** The data **
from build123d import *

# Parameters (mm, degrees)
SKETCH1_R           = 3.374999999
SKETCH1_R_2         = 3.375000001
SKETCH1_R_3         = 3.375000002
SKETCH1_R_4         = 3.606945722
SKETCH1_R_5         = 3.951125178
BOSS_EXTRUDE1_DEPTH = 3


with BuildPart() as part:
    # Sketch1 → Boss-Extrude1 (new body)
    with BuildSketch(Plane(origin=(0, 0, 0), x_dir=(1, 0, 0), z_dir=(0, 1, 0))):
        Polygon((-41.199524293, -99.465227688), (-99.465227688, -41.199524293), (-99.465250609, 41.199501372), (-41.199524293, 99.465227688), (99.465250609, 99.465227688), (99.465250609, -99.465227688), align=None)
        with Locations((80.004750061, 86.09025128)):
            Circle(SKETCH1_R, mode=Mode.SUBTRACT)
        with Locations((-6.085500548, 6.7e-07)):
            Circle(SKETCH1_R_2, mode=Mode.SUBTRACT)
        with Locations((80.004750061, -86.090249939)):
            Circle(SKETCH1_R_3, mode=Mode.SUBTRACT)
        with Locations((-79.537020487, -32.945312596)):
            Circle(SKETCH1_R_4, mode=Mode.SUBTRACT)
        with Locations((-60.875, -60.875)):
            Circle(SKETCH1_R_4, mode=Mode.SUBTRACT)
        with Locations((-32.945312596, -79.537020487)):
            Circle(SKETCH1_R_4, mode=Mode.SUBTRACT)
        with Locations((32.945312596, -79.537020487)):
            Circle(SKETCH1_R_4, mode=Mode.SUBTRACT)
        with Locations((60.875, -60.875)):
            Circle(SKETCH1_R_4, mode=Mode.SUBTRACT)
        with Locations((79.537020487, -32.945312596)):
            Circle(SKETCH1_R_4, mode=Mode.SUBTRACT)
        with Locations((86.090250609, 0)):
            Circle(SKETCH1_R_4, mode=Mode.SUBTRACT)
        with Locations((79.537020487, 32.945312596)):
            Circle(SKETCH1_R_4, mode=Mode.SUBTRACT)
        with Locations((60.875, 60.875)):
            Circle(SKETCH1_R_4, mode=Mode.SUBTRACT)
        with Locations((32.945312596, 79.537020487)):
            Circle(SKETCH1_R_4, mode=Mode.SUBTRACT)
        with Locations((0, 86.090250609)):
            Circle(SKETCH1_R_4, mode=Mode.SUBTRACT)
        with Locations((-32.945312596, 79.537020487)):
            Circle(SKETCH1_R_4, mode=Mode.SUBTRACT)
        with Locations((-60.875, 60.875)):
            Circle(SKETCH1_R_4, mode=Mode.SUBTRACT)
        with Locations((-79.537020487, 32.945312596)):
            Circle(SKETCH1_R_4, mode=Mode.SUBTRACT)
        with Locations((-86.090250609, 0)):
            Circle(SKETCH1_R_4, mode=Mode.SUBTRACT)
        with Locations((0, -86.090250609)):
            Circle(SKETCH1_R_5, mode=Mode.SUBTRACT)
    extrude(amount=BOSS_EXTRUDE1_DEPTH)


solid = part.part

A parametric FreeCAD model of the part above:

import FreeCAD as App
import Part
import Sketcher
from FreeCAD import Vector
Q = App.Units.Quantity


def add_polygon(sketch, points):
    """Adds a closed chain of lines whose ends are joined by coincident constraints."""
    first, n = sketch.GeometryCount, len(points)
    for a, b in zip(points, points[1:] + points[:1]):
        sketch.addGeometry(Part.LineSegment(App.Vector(*a, 0), App.Vector(*b, 0)), False)
    for i in range(n):
        sketch.addConstraint(Sketcher.Constraint("Coincident", first + i, 2, first + (i + 1) % n, 1))

doc = App.newDocument("Part")
body = doc.addObject("PartDesign::Body", "Body")

# Sketch on XZ plane
sketch1 = doc.addObject("Sketcher::SketchObject", "Sketch")
body.addObject(sketch1)
sketch1.AttachmentSupport = (doc.XZ_Plane, [""])
sketch1.MapMode = "FlatFace"
add_polygon(sketch1, [(-99.5, 41.2), (-41.2, 99.5), (99.5, 99.5), (99.5, -99.5), (-41.2, -99.5), (-99.5, -41.2)])  # lines 0-5
sketch1.addGeometry(Part.Circle(Vector(80, 86.1, 0), Vector(0, 0, 1), 3.4), False)  # 6
sketch1.addGeometry(Part.Circle(Vector(60.9, 60.9, 0), Vector(0, 0, 1), 3.6), False)  # 7
sketch1.addGeometry(Part.Circle(Vector(32.9, 79.5, 0), Vector(0, 0, 1), 3.6), False)  # 8
sketch1.addGeometry(Part.Circle(Vector(79.5, 32.9, 0), Vector(0, 0, 1), 3.6), False)  # 9
sketch1.addGeometry(Part.Circle(Vector(0, 86.1, 0), Vector(0, 0, 1), 4), False)  # 10
sketch1.addGeometry(Part.Circle(Vector(-32.9, 79.5, 0), Vector(0, 0, 1), 3.6), False)  # 11
sketch1.addGeometry(Part.Circle(Vector(-60.9, 60.9, 0), Vector(0, 0, 1), 3.6), False)  # 12
sketch1.addGeometry(Part.Circle(Vector(-79.5, 32.9, 0), Vector(0, 0, 1), 3.6), False)  # 13
sketch1.addGeometry(Part.Circle(Vector(86.1, 0, 0), Vector(0, 0, 1), 3.6), False)  # 14
sketch1.addGeometry(Part.Circle(Vector(79.5, -32.9, 0), Vector(0, 0, 1), 3.6), False)  # 15
sketch1.addGeometry(Part.Circle(Vector(60.9, -60.9, 0), Vector(0, 0, 1), 3.6), False)  # 16
sketch1.addGeometry(Part.Circle(Vector(80, -86.1, 0), Vector(0, 0, 1), 3.4), False)  # 17
sketch1.addGeometry(Part.Circle(Vector(32.9, -79.5, 0), Vector(0, 0, 1), 3.6), False)  # 18
sketch1.addGeometry(Part.Circle(Vector(-6.1, 0, 0), Vector(0, 0, 1), 3.4), False)  # 19
sketch1.addGeometry(Part.Circle(Vector(-86.1, 0, 0), Vector(0, 0, 1), 3.6), False)  # 20
sketch1.addGeometry(Part.Circle(Vector(-79.5, -32.9, 0), Vector(0, 0, 1), 3.6), False)  # 21
sketch1.addGeometry(Part.Circle(Vector(0, -86.1, 0), Vector(0, 0, 1), 3.6), False)  # 22
sketch1.addGeometry(Part.Circle(Vector(-32.9, -79.5, 0), Vector(0, 0, 1), 3.6), False)  # 23
sketch1.addGeometry(Part.Circle(Vector(-60.9, -60.9, 0), Vector(0, 0, 1), 3.6), False)  # 24
sketch1.addConstraint(Sketcher.Constraint("Horizontal", 1))
sketch1.addConstraint(Sketcher.Constraint("Vertical", 2))
sketch1.addConstraint(Sketcher.Constraint("Horizontal", 3))
sketch1.addConstraint(Sketcher.Constraint("Equal", 7, 8))
sketch1.addConstraint(Sketcher.Constraint("Equal", 8, 9))
sketch1.addConstraint(Sketcher.Constraint("Equal", 9, 11))
sketch1.addConstraint(Sketcher.Constraint("Equal", 11, 12))
sketch1.addConstraint(Sketcher.Constraint("Equal", 12, 13))
sketch1.addConstraint(Sketcher.Constraint("Equal", 13, 14))
sketch1.addConstraint(Sketcher.Constraint("Equal", 14, 15))
sketch1.addConstraint(Sketcher.Constraint("Equal", 15, 16))
sketch1.addConstraint(Sketcher.Constraint("Equal", 6, 17))
sketch1.addConstraint(Sketcher.Constraint("Equal", 16, 18))
sketch1.addConstraint(Sketcher.Constraint("Equal", 17, 19))
sketch1.addConstraint(Sketcher.Constraint("Equal", 18, 20))
sketch1.addConstraint(Sketcher.Constraint("Equal", 20, 21))
sketch1.addConstraint(Sketcher.Constraint("Equal", 21, 22))
sketch1.addConstraint(Sketcher.Constraint("Equal", 22, 23))
sketch1.addConstraint(Sketcher.Constraint("Equal", 23, 24))
sketch1.addConstraint(Sketcher.Constraint("Symmetric", 13, 3, 15, 3, -1, 1))
sketch1.addConstraint(Sketcher.Constraint("Symmetric", 12, 3, 16, 3, -1, 1))
sketch1.addConstraint(Sketcher.Constraint("Symmetric", 11, 3, 18, 3, -1, 1))
sketch1.addConstraint(Sketcher.Constraint("Symmetric", 14, 3, 20, 3, -1, 1))
sketch1.addConstraint(Sketcher.Constraint("Symmetric", 9, 3, 21, 3, -1, 1))
sketch1.addConstraint(Sketcher.Constraint("Symmetric", 10, 3, 22, 3, -1, 1))
sketch1.addConstraint(Sketcher.Constraint("Symmetric", 8, 3, 23, 3, -1, 1))
sketch1.addConstraint(Sketcher.Constraint("Symmetric", 7, 3, 24, 3, -1, 1))
sketch1.addConstraint(Sketcher.Constraint("Symmetric", 8, 3, 11, 3, -2))
sketch1.addConstraint(Sketcher.Constraint("Symmetric", 7, 3, 12, 3, -2))
sketch1.addConstraint(Sketcher.Constraint("Symmetric", 9, 3, 13, 3, -2))
sketch1.addConstraint(Sketcher.Constraint("Symmetric", 6, 3, 17, 3, -1))
sketch1.addConstraint(Sketcher.Constraint("Symmetric", 0, 2, 3, 2, -1))
sketch1.addConstraint(Sketcher.Constraint("PointOnObject", 10, 3, -2))
sketch1.addConstraint(Sketcher.Constraint("PointOnObject", 14, 3, -1))
sketch1.addConstraint(Sketcher.Constraint("PointOnObject", 19, 3, -1))
sketch1.addConstraint(Sketcher.Constraint("Perpendicular", 0, 4))
sketch1.addConstraint(Sketcher.Constraint("Horizontal", 6, 3, 10, 3))
sketch1.addConstraint(Sketcher.Constraint("Diameter", 6, 6.75))
sketch1.addConstraint(Sketcher.Constraint("Angle", 0, Q("45 deg")))
sketch1.addConstraint(Sketcher.Constraint("Angle", 5, Q("89.999984 deg")))
sketch1.addConstraint(Sketcher.Constraint("Diameter", 7, 7.213891))
sketch1.addConstraint(Sketcher.Constraint("Diameter", 10, 7.90225))
sketch1.addConstraint(Sketcher.Constraint("DistanceX", 12, 3, 7, 3, 121.75))
sketch1.addConstraint(Sketcher.Constraint("DistanceY", 16, 3, 7, 3, 121.75))
sketch1.addConstraint(Sketcher.Constraint("DistanceX", 14, 3, 1, 2, 13.375))
sketch1.addConstraint(Sketcher.Constraint("DistanceX", 4, 2, 20, 3, 13.375))
sketch1.addConstraint(Sketcher.Constraint("DistanceX", 19, 3, -1, 1, 6.085501))
sketch1.addConstraint(Sketcher.Constraint("DistanceY", 4, 2, -1, 1, 41.199501))
sketch1.addConstraint(Sketcher.Constraint("DistanceX", 6, 3, 14, 3, 6.085501))
sketch1.addConstraint(Sketcher.Constraint("Distance", 4, 82.40018))
sketch1.addConstraint(Sketcher.Constraint("DistanceX", 1, 1, 1, 2, 140.664775))
sketch1.addConstraint(Sketcher.Constraint("DistanceY", -1, 1, 6, 3, 86.09025))
sketch1.addConstraint(Sketcher.Constraint("DistanceY", -1, 1, 8, 3, 79.53702))
sketch1.addConstraint(Sketcher.Constraint("DistanceX", -1, 1, 9, 3, 79.53702))
sketch1.addConstraint(Sketcher.Constraint("DistanceY", 9, 3, 10, 3, 53.144938))
sketch1.addConstraint(Sketcher.Constraint("DistanceX", 8, 3, 14, 3, 53.144938))
pad1 = doc.addObject("PartDesign::Pad", "Pad")
body.addObject(pad1)
pad1.Profile = sketch1
pad1.Length = 3
pad1.Reversed = True

doc.recompute()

** Your assignment **
Only the lines from the opening of the material through the line with "# Sketch1 → Boss-Extrude1 (new body)" should be echoed, exactly as written.

** Exercise response **
from build123d import *

# Parameters (mm, degrees)
SKETCH1_R           = 3.374999999
SKETCH1_R_2         = 3.375000001
SKETCH1_R_3         = 3.375000002
SKETCH1_R_4         = 3.606945722
SKETCH1_R_5         = 3.951125178
BOSS_EXTRUDE1_DEPTH = 3


with BuildPart() as part:
    # Sketch1 → Boss-Extrude1 (new body)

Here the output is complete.